In my judgment, although the judge did not explicitly state that he was proceeding with the trial of the action that is what he did. He certainly decided that the claimant had proved its case on the evidence before him. He did not hear Mr Horgan’s oral testimony but read his witness statement. If what took place was a trial, it would appear that in order for Mr Horgan’s witness statement to be admissible it would have had to be by reference to another Rule or an order of the court. The judge did not explicitly make an order to that effect. It may, however, be inferred that that is at least by implication what he did or intended to do. If he did not make such an order, that might be a ground on which his judgment could be challenged on appeal. However it seems to me clear that the decision made by the judge was that having regard to the evidence before him the claim had been proved on the balance of probabilities.
That being so it was in my judgment a final decision within the definition of paragraph 2A.2. If, having read the evidence and amended particulars of claim and submissions, the judge had concluded either that it disclosed no reasonable cause of action or that on the balance of probabilities the claim was not proved by the evidence he would have been bound to dismiss the claim and enter judgment for Mr Macarthur. Thus having embarked on the process of reading the evidence and submissions his decision would have finally determined (subject to any possible appeal or detailed assessment of costs) the entire proceedings whichever way he decided the issues before him.

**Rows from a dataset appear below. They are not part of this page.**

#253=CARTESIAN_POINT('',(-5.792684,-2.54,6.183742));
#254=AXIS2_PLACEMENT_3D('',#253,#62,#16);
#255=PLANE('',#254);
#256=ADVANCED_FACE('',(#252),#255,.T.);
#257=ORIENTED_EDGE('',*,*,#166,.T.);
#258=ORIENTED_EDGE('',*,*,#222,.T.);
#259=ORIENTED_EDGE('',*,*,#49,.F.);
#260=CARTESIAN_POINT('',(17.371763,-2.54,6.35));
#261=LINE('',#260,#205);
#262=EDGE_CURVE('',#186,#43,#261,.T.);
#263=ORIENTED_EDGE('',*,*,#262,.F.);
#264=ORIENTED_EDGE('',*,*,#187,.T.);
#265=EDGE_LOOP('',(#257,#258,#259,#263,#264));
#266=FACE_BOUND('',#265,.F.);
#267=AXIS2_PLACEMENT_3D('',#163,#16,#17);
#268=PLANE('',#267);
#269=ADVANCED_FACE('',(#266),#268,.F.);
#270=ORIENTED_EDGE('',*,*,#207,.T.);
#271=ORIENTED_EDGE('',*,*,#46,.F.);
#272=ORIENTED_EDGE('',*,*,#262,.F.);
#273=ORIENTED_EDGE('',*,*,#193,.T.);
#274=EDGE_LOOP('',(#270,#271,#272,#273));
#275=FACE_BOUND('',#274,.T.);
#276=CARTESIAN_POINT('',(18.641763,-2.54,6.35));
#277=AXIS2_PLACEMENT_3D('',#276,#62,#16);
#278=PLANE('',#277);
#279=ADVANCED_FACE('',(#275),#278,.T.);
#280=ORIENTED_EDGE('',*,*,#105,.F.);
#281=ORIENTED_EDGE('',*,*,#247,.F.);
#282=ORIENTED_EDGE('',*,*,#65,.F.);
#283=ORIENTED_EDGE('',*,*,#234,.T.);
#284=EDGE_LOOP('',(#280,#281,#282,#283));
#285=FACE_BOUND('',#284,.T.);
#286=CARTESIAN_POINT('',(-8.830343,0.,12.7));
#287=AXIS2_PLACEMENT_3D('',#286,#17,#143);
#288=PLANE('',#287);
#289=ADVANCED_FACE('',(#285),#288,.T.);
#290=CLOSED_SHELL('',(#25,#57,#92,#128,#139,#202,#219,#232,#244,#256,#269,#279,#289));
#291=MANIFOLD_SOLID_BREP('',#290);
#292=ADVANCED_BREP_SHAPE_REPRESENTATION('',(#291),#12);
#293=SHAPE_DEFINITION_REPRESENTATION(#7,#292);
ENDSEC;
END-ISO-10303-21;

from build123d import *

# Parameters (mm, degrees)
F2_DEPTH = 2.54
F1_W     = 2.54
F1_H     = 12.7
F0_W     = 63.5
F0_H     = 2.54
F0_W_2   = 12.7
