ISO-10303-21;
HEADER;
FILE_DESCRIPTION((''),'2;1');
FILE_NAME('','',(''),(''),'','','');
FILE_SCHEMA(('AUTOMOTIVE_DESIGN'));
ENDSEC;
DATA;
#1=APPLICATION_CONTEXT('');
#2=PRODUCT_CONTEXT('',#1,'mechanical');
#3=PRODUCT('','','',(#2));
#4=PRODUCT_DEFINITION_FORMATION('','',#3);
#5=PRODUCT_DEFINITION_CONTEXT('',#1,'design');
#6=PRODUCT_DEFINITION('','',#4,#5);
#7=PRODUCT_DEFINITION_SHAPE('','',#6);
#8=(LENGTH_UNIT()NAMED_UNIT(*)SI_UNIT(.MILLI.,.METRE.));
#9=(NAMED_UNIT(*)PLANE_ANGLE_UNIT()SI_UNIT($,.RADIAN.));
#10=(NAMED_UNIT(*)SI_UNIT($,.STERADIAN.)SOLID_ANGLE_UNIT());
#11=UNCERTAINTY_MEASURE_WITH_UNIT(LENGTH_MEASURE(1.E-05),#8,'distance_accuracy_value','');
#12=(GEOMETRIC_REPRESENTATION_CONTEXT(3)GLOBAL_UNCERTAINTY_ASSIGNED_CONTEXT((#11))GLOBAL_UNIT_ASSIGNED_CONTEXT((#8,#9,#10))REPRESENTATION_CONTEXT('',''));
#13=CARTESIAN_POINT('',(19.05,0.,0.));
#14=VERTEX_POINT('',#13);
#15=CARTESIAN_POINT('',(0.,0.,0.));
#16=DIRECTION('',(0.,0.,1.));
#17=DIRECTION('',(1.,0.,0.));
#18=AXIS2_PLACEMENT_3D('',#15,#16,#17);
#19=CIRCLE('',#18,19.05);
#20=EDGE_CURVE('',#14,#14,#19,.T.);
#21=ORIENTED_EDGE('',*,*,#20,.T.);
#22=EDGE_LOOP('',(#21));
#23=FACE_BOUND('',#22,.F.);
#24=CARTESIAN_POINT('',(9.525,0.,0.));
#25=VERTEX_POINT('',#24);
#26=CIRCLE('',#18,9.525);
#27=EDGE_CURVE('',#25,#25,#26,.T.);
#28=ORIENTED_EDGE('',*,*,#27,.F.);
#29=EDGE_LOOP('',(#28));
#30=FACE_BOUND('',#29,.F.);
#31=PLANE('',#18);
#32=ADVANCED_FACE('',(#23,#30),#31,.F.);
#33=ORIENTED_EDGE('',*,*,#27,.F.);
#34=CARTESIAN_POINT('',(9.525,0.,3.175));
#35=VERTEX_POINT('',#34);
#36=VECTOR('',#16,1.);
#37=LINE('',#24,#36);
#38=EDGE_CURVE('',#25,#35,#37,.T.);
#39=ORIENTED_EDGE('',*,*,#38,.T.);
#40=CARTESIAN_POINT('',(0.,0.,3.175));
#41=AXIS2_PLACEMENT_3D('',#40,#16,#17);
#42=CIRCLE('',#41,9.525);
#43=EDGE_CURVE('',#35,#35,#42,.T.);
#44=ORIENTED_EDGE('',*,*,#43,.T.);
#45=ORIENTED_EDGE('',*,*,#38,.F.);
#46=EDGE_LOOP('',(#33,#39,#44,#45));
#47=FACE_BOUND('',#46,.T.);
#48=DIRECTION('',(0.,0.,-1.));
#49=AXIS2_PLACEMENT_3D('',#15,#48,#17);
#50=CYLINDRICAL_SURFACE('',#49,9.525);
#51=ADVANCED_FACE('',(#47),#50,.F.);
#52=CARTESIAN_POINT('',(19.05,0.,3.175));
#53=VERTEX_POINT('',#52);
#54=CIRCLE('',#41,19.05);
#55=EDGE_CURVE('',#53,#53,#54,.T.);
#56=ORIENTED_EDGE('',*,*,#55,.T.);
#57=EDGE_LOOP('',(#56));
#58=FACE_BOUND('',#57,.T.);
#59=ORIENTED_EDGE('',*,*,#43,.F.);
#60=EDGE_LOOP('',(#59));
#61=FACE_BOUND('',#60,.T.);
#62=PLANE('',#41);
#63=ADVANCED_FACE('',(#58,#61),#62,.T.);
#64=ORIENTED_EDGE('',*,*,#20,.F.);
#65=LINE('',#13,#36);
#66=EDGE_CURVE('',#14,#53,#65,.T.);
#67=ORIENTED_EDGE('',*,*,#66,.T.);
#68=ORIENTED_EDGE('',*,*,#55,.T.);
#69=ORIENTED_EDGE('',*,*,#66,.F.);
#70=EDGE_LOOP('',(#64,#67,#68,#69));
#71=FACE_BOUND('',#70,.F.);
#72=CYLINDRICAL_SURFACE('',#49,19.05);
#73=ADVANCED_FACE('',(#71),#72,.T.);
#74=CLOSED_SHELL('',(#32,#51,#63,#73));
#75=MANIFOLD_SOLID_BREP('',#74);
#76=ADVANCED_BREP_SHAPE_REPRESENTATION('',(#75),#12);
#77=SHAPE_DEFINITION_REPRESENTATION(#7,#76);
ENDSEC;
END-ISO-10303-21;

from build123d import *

# Parameters (mm, degrees)
F0_R     = 19.05
F0_R_2   = 9.525
F1_DEPTH = 3.175
F2_DEPTH = 3.175


with BuildPart() as f1:
    # F0 (on Top) → F1 (new body)
    with BuildSketch(Plane.XY):
        Circle(F0_R)
        Circle(F0_R_2, mode=Mode.SUBTRACT)
    extrude(amount=F1_DEPTH)

    # F0 (on Top) → F2 (join)
    with BuildSketch(Plane.XY):
        Circle(F0_R)
        Circle(F0_R_2, mode=Mode.SUBTRACT)
    extrude(amount=F2_DEPTH)


solid = f1.part
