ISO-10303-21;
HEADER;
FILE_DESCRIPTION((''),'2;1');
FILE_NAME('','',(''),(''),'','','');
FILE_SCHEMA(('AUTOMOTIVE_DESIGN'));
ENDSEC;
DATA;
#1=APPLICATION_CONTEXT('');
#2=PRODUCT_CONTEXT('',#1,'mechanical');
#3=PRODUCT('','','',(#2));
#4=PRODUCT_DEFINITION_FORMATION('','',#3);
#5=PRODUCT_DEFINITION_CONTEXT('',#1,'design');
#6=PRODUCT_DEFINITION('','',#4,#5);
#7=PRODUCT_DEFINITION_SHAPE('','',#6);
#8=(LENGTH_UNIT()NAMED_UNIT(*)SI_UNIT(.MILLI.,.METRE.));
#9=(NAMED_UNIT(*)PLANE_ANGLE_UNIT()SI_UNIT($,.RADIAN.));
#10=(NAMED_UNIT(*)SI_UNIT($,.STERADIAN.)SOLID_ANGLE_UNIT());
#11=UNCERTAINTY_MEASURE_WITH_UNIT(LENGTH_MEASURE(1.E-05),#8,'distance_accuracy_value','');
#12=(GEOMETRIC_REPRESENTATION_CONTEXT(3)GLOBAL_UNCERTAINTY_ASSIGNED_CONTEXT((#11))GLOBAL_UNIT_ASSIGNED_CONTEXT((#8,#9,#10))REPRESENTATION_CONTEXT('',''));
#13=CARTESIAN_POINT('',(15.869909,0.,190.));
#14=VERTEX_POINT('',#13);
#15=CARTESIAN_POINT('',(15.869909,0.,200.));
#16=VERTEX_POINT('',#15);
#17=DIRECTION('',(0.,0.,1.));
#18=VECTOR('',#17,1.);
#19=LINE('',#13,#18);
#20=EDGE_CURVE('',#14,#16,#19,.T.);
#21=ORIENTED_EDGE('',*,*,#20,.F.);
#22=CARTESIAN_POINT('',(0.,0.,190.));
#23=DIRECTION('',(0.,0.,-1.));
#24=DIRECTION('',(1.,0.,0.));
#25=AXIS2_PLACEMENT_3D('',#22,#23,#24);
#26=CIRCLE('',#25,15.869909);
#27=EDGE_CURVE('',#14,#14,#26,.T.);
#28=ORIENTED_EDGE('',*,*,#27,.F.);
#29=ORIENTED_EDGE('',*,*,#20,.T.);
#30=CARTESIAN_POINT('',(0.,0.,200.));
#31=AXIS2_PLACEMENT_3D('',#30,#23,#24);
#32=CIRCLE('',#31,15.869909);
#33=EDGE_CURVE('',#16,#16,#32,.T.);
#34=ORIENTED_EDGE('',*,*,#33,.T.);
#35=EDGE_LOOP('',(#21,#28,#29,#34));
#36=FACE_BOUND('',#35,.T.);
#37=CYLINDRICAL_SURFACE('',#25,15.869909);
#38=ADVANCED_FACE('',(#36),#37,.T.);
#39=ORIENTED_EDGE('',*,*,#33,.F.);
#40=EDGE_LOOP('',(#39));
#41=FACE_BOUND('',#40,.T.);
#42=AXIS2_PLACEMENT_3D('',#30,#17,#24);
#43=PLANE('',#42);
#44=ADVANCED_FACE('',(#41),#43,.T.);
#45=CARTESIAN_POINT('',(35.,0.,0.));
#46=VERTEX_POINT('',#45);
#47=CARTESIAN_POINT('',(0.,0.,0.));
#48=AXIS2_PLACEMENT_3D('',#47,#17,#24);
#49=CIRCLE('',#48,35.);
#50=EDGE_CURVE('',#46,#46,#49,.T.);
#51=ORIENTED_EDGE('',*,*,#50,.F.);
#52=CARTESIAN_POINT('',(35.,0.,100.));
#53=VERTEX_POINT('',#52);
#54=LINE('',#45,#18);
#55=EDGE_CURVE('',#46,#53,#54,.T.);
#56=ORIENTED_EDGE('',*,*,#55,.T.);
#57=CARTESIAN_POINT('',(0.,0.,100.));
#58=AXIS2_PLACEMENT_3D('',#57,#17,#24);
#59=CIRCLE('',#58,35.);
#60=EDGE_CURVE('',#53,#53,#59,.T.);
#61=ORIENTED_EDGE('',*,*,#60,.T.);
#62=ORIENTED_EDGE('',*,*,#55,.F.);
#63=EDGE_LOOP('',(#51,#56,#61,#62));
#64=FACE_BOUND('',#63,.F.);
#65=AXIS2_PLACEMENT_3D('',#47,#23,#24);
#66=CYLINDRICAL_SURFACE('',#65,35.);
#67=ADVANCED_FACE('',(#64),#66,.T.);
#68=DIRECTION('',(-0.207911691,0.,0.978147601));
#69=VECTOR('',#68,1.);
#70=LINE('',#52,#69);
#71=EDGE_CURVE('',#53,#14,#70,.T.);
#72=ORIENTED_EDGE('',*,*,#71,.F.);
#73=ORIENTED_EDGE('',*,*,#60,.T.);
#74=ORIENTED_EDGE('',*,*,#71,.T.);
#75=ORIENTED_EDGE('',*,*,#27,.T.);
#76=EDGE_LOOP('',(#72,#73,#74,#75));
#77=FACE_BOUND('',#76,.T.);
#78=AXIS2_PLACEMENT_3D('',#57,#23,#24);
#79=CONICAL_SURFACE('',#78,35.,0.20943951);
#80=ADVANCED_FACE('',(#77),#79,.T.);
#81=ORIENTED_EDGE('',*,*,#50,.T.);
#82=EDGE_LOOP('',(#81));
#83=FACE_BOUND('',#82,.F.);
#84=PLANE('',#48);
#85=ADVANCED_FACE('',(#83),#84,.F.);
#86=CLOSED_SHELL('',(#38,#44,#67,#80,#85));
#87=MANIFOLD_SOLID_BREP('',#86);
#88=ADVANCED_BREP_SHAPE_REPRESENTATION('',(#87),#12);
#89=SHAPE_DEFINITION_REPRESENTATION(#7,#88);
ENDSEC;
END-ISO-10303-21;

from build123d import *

# Parameters (mm, degrees)
F0_R      = 35
F1_DEPTH  = 100
F1_FACE_R = 35
F2_DEPTH  = 90
F2_TAPER  = 12
F3_DEPTH  = 10


with BuildPart() as f1:
    # F0 (on Top) → F1 (new body)
    with BuildSketch(Plane.XY):
        Circle(F0_R)
    extrude(amount=F1_DEPTH)

    # F1_face (on face) → F2 (join)
    with BuildSketch(Plane.XY.offset(100)):
        Circle(F1_FACE_R)
    extrude(amount=F2_DEPTH, taper=F2_TAPER)

    # F3 (add): a face of the model
    f3_faces = [f1.faces().sort_by_distance(p)[0] for p in [
        (0, 0, 190),
    ]]
    extrude(f3_faces, amount=F3_DEPTH)


solid = f1.part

It follows that in my judgment Mr Murphy was right to suggest that any appeal against the decision of the judge that the claimant had proved its case and was therefore entitled to judgment would have to be made to the Court of Appeal. Not withstanding the claimant’s natural desire to avoid costs by the matter not being determined by me, it seems to me that I have no jurisdiction to entertain the appeal under ground three against that decision. Accordingly I do not entertain it and make no decision on it. In the light of my conclusion in respect of ground two this has no immediate practical effect.
It follows that in my view the decisions of judge Elly to strike out the defence and enter judgment for the claimant should be set aside pursuant to Part 39. It will now be necessary for steps to be taken to bring this matter to trial with all due expedition.